Suppose we have some procedure $F$ which takes any set of linear constraints and either returns either infeasible or returns a vector satisfying these constraints.
If we now take a linear program $L$, how can we solve it with only one call to $F$ (where the number of variables and constraints input to $F$ is polynomial in the number of variables and constraints in $L$)?
I was thinking there might be a way of using the dual of $L$ in combination with $L$ to form a new linear program which has a convex hull with essentially $0$ volume so that any call to $F$ will return the same feasible solution which by strong duality theorem must be the optimal one too.
Assume you have a linear program of the form
$\quad$ maximize $\mathbf{n}^T\mathbf{x}$ subject to $A\mathbf{x}\leq\mathbf{a}$.
The dual lp is
$\quad$ minimize $\mathbf{a}^T\mathbf{u}$ subject to $A^T\mathbf{u}=\mathbf{n}, \mathbf{u}\geq \mathbf{0}$.
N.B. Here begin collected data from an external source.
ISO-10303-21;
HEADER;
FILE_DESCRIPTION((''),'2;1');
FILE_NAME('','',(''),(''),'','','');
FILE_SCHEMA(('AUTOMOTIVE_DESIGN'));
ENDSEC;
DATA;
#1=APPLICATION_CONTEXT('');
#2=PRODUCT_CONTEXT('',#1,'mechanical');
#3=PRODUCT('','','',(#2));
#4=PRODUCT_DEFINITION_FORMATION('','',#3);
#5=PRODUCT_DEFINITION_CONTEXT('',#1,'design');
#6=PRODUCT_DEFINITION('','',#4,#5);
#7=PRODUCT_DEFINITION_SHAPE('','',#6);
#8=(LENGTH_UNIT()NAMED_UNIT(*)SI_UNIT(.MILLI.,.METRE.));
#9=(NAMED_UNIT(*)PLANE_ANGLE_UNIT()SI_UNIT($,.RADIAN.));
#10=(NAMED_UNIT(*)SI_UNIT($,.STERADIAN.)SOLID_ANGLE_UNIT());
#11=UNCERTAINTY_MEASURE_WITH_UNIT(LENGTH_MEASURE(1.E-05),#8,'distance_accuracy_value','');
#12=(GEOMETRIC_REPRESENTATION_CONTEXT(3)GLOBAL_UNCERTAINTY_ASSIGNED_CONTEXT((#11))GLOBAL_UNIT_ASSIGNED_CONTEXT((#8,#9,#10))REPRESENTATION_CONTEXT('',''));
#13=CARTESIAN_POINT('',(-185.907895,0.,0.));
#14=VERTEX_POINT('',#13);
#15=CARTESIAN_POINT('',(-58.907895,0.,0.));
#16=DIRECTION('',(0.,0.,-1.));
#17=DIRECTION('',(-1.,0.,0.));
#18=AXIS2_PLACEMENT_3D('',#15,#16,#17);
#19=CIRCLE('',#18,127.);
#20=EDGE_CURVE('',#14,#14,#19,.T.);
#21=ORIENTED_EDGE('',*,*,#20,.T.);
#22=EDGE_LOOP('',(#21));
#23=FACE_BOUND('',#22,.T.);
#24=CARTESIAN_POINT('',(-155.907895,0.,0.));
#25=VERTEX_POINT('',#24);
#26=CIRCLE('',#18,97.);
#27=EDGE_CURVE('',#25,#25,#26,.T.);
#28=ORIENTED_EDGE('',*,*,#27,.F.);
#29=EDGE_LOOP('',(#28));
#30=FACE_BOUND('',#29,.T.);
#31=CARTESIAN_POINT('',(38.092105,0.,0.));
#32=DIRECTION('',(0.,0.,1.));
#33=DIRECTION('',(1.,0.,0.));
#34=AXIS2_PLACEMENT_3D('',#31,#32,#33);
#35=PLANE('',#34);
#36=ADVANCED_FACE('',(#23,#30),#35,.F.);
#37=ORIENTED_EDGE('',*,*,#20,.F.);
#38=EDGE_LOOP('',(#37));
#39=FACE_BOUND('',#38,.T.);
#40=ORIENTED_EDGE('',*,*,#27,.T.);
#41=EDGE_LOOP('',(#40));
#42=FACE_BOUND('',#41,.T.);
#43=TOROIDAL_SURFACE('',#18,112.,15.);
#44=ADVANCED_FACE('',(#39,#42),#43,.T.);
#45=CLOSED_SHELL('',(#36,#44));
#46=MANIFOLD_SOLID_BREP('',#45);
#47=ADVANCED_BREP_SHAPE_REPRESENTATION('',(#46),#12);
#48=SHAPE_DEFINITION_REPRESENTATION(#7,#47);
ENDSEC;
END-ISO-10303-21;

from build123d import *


with BuildPart() as part:
    # Sketch1 → Revolve1 (revolve)
    with BuildSketch(Plane(origin=(0, 0, 0), x_dir=(1, 0, 0), z_dir=(0, 1, 0))):
        with BuildLine():
            Line((38.092105263, 0), (68.092105263, 0))
            ThreePointArc((68.092105263, 0), (53.092105263, -15), (38.092105263, 0))
        make_face()
    revolve(axis=Axis((-58.907894737, 0, -53.117687897), (0, 0, 1)))


solid = part.part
By weak duality for any solution $\mathbf{x}_0$ of the primal lp and $\mathbf{u}_0$ of the dual lp it holds:
$\quad$ $\mathbf{n}^T\mathbf{x}_0 \leq \mathbf{a}^T\mathbf{u}_0$,
and by strong duality it holds
$\quad$ $\mathbf{n}^T\mathbf{x}_0 = \mathbf{a}^T\mathbf{u}_0$ if and only if $\mathbf{x}_0$ and $\mathbf{u}_0$ are optimal solutions.
Hence, any feasible solution $(\mathbf{x}_0,\mathbf{u}_0)$ of the system
$\quad$ $A\mathbf{x} \leq \mathbf{a}$, $A^T\mathbf{u} = \mathbf{n}$, $\mathbf{u}\geq\mathbf{0}$, $\mathbf{n}^T\mathbf{x} \geq \mathbf{a}^T\mathbf{u}$ $\quad$(*)
is an optimal solution of the primal (and also of the dual) lp.
Now, let (*) be the input of your procedure $F$, then any solution is an optimal solution of the primal (and also the dual) lp.